Harris Smith Hawthorne (February 29, 1832 – March 23, 1911) was a Union Army soldier in the American Civil War who received the U.S. military's highest decoration, the Medal of Honor.

He was awarded the Medal of Honor for extraordinary heroism shown on April 6, 1865, during the Battle of Sailor's Creek, where he captured Robert E. Lee's son, George Washington Custis Lee, while serving as a Corporal with Company F, 121st New York Volunteer Infantry. His Medal of Honor was awarded on December 29, 1894.
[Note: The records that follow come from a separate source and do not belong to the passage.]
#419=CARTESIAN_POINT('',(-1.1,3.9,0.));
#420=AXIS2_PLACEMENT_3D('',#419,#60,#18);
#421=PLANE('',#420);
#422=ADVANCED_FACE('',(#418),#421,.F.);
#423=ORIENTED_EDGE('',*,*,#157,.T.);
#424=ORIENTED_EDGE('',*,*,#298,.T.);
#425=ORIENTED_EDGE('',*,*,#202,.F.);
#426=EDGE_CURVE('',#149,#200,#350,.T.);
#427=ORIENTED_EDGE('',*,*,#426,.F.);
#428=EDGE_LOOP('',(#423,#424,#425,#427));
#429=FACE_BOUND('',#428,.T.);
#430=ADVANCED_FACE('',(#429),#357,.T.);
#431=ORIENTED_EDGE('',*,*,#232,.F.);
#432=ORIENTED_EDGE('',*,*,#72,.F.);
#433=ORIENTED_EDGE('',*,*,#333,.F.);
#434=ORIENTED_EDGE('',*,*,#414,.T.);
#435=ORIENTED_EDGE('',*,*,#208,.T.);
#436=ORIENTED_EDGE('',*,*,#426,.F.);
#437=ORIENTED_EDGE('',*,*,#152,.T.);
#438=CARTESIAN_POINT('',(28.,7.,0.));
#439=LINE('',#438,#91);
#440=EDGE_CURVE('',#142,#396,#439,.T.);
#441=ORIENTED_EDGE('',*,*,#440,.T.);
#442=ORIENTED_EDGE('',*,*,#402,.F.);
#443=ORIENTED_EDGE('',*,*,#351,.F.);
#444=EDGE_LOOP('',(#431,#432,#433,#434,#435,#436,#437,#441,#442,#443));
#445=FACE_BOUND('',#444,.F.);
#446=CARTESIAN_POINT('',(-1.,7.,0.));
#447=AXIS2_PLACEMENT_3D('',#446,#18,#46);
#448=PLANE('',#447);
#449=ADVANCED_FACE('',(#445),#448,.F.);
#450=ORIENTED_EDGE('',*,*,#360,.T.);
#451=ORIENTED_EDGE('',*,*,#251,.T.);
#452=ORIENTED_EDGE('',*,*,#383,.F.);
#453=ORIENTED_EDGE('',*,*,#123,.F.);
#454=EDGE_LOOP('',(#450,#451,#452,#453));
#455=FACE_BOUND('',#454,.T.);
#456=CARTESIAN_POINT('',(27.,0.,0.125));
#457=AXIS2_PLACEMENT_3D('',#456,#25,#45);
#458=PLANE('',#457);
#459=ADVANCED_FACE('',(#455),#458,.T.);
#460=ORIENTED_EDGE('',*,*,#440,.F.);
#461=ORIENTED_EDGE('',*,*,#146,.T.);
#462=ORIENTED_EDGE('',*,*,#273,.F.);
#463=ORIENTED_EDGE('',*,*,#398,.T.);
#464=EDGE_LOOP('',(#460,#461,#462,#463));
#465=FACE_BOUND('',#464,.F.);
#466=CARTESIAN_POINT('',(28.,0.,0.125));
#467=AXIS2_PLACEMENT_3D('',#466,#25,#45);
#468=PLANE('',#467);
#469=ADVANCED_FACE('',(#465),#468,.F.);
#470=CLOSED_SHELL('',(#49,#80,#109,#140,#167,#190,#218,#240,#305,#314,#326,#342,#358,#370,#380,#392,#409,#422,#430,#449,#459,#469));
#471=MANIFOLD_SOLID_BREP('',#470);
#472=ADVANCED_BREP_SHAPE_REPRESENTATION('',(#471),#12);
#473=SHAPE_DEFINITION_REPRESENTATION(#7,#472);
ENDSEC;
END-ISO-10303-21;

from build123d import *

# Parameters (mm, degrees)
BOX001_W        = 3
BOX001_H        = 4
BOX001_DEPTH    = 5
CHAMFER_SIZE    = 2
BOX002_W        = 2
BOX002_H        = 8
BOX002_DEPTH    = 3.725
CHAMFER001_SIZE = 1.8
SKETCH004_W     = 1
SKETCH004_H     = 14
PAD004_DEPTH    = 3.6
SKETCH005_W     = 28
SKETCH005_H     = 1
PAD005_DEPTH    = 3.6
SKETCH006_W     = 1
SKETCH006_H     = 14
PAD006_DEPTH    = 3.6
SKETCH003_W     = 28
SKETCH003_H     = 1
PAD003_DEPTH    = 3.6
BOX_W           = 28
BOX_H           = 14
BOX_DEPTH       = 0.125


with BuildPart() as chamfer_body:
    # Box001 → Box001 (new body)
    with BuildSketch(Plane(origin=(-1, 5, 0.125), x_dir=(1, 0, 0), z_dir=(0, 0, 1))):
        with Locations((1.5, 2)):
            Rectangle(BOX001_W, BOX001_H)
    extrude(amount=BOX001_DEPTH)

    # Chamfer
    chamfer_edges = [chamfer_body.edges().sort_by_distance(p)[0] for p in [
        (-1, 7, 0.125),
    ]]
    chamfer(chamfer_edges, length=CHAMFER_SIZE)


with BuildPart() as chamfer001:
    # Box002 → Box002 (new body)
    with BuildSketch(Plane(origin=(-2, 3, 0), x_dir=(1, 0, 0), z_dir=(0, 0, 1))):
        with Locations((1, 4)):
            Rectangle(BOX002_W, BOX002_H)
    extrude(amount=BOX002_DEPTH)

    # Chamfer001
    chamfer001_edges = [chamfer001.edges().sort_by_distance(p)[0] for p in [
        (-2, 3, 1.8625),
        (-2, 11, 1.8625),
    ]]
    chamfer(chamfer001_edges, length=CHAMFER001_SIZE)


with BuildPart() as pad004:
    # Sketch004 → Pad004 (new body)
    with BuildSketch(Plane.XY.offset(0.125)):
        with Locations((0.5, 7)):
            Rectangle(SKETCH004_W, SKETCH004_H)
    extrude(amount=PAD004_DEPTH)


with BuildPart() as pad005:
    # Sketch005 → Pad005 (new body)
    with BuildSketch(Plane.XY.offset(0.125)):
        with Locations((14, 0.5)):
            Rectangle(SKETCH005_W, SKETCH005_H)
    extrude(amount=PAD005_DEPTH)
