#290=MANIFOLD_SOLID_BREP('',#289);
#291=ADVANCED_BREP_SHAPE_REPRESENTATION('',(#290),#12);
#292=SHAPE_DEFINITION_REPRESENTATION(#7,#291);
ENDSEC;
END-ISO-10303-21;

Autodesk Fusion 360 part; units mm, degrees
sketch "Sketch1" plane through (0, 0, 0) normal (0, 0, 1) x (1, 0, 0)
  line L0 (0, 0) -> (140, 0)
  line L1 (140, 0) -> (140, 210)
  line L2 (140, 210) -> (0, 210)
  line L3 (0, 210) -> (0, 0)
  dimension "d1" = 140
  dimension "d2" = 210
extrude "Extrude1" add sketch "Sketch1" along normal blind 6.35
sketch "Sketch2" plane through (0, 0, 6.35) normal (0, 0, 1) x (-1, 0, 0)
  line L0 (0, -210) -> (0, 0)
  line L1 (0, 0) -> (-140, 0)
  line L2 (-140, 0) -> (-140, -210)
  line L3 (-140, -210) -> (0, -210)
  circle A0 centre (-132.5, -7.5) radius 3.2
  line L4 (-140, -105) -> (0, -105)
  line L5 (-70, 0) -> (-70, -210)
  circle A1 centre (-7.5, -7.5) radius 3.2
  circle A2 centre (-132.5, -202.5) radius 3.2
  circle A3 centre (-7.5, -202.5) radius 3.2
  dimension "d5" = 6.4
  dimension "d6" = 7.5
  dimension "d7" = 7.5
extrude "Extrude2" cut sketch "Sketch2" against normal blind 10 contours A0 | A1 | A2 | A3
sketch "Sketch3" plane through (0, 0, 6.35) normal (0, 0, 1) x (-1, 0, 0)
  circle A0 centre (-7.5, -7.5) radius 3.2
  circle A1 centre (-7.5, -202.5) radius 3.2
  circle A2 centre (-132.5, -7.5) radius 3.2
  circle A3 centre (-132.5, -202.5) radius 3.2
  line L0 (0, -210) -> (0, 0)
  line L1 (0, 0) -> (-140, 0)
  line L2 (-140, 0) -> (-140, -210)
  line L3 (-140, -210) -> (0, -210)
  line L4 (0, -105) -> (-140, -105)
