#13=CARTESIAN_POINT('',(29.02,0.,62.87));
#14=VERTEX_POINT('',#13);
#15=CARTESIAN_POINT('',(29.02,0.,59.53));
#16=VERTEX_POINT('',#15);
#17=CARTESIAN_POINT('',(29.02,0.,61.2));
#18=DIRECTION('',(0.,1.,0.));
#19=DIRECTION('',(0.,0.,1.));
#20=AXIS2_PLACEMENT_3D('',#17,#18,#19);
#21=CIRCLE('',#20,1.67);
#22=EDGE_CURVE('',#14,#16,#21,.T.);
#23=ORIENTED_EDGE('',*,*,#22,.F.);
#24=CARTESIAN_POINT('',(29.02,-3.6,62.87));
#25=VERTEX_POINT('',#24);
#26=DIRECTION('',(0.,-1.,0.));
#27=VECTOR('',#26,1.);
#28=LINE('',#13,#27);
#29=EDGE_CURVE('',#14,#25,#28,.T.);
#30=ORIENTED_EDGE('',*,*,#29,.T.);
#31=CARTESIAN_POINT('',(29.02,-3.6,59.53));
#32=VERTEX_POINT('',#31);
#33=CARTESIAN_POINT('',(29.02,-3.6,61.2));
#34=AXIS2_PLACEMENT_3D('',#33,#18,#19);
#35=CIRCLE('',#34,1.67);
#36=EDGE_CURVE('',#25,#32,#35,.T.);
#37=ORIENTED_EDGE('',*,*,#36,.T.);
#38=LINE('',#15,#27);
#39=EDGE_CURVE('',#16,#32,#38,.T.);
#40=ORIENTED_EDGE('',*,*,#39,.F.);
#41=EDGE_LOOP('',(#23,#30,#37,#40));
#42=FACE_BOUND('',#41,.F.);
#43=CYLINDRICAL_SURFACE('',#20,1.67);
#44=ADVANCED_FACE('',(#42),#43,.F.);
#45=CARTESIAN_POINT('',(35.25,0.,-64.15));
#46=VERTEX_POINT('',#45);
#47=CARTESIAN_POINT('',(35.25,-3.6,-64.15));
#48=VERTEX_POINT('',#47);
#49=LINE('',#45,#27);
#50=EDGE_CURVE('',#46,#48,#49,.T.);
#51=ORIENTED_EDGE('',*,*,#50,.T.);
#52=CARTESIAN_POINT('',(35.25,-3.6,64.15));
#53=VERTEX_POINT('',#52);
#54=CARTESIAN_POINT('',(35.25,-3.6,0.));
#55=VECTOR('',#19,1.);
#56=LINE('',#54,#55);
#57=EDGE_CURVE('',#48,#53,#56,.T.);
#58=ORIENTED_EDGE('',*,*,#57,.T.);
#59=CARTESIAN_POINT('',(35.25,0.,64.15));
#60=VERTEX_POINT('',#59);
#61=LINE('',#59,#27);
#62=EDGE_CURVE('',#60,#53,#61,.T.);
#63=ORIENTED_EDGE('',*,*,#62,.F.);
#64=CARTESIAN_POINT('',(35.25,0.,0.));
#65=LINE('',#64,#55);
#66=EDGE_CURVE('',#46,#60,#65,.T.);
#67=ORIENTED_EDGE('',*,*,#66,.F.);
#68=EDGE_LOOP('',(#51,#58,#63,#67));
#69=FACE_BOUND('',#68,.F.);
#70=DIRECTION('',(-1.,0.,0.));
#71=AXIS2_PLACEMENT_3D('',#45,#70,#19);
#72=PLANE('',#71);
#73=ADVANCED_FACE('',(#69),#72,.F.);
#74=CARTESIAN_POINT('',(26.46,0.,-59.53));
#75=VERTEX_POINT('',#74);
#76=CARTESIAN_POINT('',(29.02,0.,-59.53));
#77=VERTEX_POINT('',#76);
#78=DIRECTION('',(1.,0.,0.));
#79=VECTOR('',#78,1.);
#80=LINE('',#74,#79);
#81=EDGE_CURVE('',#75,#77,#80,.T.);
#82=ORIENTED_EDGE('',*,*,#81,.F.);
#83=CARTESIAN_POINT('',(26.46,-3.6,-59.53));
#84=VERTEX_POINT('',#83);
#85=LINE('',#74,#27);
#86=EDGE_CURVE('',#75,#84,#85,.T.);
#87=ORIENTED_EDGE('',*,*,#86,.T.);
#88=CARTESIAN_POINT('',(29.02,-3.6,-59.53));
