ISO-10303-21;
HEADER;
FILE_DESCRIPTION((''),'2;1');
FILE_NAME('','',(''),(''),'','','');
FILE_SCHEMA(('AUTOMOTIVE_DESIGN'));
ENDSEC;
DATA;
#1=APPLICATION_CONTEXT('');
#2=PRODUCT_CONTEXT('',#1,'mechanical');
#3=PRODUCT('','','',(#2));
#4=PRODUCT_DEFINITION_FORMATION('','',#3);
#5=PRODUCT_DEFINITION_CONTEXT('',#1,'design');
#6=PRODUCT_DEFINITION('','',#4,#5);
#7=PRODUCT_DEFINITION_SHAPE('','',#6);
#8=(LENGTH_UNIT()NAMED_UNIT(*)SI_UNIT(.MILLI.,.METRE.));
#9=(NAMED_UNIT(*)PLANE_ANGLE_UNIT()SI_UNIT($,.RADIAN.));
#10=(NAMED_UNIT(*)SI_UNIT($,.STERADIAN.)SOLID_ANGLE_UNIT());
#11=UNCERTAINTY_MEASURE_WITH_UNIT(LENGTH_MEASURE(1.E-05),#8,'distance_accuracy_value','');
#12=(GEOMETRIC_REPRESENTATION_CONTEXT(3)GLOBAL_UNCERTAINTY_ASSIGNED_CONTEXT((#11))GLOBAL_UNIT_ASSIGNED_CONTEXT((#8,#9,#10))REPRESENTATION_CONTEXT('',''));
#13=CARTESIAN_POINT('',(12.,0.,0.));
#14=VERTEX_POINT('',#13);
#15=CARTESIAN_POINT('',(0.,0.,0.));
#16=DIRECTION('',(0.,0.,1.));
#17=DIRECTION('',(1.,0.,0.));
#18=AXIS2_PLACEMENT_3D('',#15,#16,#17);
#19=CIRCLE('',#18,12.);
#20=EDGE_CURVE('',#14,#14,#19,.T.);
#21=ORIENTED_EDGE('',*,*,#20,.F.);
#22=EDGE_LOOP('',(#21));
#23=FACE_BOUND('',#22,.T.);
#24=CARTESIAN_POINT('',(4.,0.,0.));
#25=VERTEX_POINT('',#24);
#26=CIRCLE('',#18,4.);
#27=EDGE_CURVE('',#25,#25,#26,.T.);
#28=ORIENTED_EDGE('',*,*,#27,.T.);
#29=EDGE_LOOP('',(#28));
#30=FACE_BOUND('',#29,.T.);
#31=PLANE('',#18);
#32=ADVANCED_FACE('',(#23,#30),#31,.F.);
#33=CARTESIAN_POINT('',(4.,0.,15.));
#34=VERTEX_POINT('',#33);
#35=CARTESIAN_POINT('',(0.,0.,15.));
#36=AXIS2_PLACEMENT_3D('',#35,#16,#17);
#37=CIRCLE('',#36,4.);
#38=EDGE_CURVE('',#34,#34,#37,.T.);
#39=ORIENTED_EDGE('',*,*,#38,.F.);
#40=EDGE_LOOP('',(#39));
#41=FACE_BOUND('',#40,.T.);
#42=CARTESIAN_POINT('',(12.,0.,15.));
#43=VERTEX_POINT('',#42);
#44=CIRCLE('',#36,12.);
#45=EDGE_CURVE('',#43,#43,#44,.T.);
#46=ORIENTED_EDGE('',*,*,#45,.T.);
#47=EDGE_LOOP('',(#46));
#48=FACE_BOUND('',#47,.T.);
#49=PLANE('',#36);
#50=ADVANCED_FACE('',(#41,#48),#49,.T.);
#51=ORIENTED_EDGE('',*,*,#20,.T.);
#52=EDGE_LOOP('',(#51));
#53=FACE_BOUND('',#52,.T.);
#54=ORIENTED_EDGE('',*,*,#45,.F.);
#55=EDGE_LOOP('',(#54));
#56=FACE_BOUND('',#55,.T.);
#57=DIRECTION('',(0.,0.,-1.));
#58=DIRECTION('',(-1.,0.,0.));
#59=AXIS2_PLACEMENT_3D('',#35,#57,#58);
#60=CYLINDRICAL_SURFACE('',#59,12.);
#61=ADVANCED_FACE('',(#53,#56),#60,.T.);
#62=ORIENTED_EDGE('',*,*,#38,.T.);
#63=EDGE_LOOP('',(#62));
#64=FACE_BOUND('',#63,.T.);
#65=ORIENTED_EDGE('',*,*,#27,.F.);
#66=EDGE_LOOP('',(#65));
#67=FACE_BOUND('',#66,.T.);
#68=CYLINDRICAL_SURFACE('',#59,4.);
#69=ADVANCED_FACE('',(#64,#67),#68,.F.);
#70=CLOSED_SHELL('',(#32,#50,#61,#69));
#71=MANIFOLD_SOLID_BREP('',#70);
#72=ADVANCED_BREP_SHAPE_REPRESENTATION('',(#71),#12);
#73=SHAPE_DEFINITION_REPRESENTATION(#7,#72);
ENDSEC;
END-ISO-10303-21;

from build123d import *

# Parameters (mm, degrees)
SKETCH_1_R          = 12
EXTRUDE_1_DEPTH     = 15
SKETCH_2_R          = 4
CUT_EXTRUDE_1_DEPTH = 15


with BuildPart() as part:
    # 草图1 → 凸台-拉伸1 (new body)
    with BuildSketch(Plane.XY):
        Circle(SKETCH_1_R)
    extrude(amount=EXTRUDE_1_DEPTH)

    # 草图2 → 切除-拉伸1 (cut)
    with BuildSketch(Plane.XY):
        Circle(SKETCH_2_R)
    extrude(amount=CUT_EXTRUDE_1_DEPTH, mode=Mode.SUBTRACT)


solid = part.part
A competing claim for the capture of Lee was made in 1897 by David Dunnels White, a soldier of the 37th Massachusetts Infantry Volunteers. The claim was turned down by the U.S Army. In 2011, White's descendants submitted another claim which was also rejected. Their theory seems to be that Lee escaped after his initial detainment by White and was recaptured by Hawthorne.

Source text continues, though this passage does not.